In 1867, a wealthy developer, Prudent Beaudry, purchased a majority of the hill's land. Because of the hill's excellent views of the Los Angeles Basin and the then-attractive Los Angeles River, he knew that it would make for an opulent subdivision. He developed the peak of Bunker Hill with lavish two-story Victorian houses that became famous as homes for the upper-class, educated residents of Los Angeles. Angels Flight, dubbed "The World's Shortest Railway", took residents from the top of the hill to the bottom of the 33% grade and thus to the main business district. Much like today's Bunker Hill, the land of the hill was zoned for dense uses, and was therefore always a very busy area.

Until the end of World War I, Bunker Hill was a wealthy area with a very low crime rate. During the 1920s and 1930s, poor people, criminals, and vandals filled the area. Anyone who could afford to leave proceeded to do so, fleeing along the new streetcar lines towards Santa Monica and east towards Pasadena and launching the sprawling expansion of the greater Los Angeles area that continues to the present day. The Victorian houses fell into disrepair and the crime rate soared.

For several decades, Bunker Hill was a popular setting for filmmakers, much like South Central Los Angeles today, and was used as a location for such film noir crime films as Kiss Me Deadly (1956) and Criss Cross (1949).

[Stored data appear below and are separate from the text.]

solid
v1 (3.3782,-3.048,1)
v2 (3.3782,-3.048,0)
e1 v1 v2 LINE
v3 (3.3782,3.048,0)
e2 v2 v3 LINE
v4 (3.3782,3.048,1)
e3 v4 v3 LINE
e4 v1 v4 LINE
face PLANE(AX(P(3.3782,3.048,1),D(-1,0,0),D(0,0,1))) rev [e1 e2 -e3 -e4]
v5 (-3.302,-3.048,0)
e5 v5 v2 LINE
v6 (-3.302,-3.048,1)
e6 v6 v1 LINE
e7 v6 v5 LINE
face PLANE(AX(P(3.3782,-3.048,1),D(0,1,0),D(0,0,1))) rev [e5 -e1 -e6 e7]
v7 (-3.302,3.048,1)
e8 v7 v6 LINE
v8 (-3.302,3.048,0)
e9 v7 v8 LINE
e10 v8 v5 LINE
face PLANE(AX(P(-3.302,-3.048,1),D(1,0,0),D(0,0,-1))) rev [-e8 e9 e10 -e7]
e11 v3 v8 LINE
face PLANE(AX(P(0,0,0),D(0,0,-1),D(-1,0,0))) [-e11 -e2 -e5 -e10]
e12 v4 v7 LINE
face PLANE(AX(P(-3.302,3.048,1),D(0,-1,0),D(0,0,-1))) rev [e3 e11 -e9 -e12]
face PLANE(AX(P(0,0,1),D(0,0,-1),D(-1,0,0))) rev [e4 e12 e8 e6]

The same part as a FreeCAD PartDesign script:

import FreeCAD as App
import Part
import Sketcher
Q = App.Units.Quantity


def add_polygon(sketch, points):
    """Adds a closed chain of lines whose ends are joined by coincident constraints."""
    first, n = sketch.GeometryCount, len(points)
    for a, b in zip(points, points[1:] + points[:1]):
        sketch.addGeometry(Part.LineSegment(App.Vector(*a, 0), App.Vector(*b, 0)), False)
    for i in range(n):
        sketch.addConstraint(Sketcher.Constraint("Coincident", first + i, 2, first + (i + 1) % n, 1))

doc = App.newDocument("Part")
params = doc.addObject("Spreadsheet::Sheet", "Params")
for row, (alias, value) in enumerate([
    ("sketch1_height", "0.24 in"),
    ("sketch1_width", "0.263 in"),
    ("pad1_length", "1 mm"),
], start=1):
    params.set(f"A{row}", alias)
    params.set(f"B{row}", "=" + value)
    params.setAlias(f"B{row}", alias)

body = doc.addObject("PartDesign::Body", "Body")

# Sketch on XY plane
sketch1 = body.newObject("Sketcher::SketchObject", "Sketch")
sketch1.AttachmentSupport = (doc.getObject("XY_Plane"), [""])
sketch1.MapMode = "FlatFace"
add_polygon(sketch1, [(-3, 3), (-3, -3), (3, -3), (3, 3)])  # lines 0-3
sketch1.addConstraint([
    Sketcher.Constraint("Vertical", 0),
    Sketcher.Constraint("Horizontal", 1),
    Sketcher.Constraint("Vertical", 2),
    Sketcher.Constraint("Horizontal", 3),
    Sketcher.Constraint("DistanceY", 0, 2, 0, 1, Q("0.24 in")),
    Sketcher.Constraint("DistanceX", 1, 1, 1, 2, Q("0.263 in")),
    Sketcher.Constraint("DistanceX", 0, 2, -1, 1, Q("0.13 in")),
    Sketcher.Constraint("DistanceY", 0, 2, -1, 1, Q("0.12 in")),
])
sketch1.setExpression("Constraints[8]", "Params.sketch1_height")
sketch1.setExpression("Constraints[9]", "Params.sketch1_width")
pad1 = body.newObject("PartDesign::Pad", "Pad")
pad1.Profile = sketch1
pad1.setExpression("Length", "Params.pad1_length")

doc.recompute()
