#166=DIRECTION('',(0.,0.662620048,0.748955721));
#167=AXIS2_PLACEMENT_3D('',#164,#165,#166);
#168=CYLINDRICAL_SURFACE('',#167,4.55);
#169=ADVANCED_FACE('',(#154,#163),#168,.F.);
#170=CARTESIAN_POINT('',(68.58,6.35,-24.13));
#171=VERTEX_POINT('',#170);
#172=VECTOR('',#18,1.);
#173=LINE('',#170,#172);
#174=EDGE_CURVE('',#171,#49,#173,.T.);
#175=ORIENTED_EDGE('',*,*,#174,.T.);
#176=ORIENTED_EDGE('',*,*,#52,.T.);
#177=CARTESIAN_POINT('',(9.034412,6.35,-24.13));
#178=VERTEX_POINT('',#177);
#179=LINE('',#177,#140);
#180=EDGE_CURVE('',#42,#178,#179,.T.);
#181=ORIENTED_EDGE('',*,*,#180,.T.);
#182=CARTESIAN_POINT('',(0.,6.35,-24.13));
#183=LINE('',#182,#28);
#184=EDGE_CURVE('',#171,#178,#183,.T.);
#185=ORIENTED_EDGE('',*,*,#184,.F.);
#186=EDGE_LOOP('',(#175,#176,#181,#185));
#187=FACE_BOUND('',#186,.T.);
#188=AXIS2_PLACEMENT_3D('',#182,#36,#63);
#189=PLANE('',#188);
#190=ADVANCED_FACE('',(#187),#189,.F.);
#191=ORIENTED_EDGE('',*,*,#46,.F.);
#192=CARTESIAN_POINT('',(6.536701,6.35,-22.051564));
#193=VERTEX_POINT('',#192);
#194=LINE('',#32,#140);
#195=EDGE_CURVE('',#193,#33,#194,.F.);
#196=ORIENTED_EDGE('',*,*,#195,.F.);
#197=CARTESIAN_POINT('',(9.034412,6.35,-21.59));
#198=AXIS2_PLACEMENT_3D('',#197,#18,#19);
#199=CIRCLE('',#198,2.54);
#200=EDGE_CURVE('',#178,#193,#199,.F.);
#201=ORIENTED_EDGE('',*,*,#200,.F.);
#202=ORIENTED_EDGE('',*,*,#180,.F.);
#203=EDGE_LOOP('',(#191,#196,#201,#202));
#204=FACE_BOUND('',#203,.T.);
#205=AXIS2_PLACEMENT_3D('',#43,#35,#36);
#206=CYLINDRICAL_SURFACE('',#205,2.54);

The Bunker Hill Redevelopment Project

In 1955, Los Angeles city planners decided that the pathetic state of the Bunker Hill area required dramatic change. Shortly after, the top of Bunker Hill was cleared and flattened as the first stage of the Bunker Hill Redevelopment Project, whhose primary goal was to fill Bunker Hill with modern plazas and buildings. When the height limit of buildings for Los Angeles was finally raised (previously nothing could be taller than City Hall), developers built some of the tallest skyscrapers in the region to take advantage of the area's existing dense zoning. In approving such projects, the city sought to project a modern, sophisticated image, and this is largely the impression one receives from visiting the area today.

The project is the oldest redevelopment project in Los Angeles history, and is scheduled to end in 2015. The majority of the skyscrapers on Bunker Hill were built in the 1980's, with a new skyscraper or two being finished nearly every year. However, the momentum died down in the 1990's, shortly after the US Bank Tower was finished; this was partly due to the increase of vacant office space as employers and professionals fled the city's high taxes and traffic congestion, but mainly due to the recession. In 1999, the vacancy rate for downtown commercial skyscrapers was 26% (one of the highest in the nation for that time).

Bunker Hill today

The development momentum from the 1980's is slowly returning, as of 2005. Many of the older buildings and the early high-rises are undergoing adaptive re-use from commercial to residential. This trend began in 2000, when developers realized there was a high level of pent-up demand among yuppies for living near downtown, and that they could profit by supplying upscale luxury housing (equipped with appropriate security measures) to meet such demand.

Many developers have been able to sell all the units in their new projects in a matter of hours. For example, all units in the south tower of the three-tower apartment project Elleven were sold out in 48 hours.

Because of the popularity of the New Urbanism in California, the city has required developers to build mixed-use residential buildings as much as possible. This means that the first floor of such residential developments are devoted to commercial retailers, so that residents do not have to constantly drive around for all their shopping trips and buildings present a more welcoming facade to passerby on the sidewalk.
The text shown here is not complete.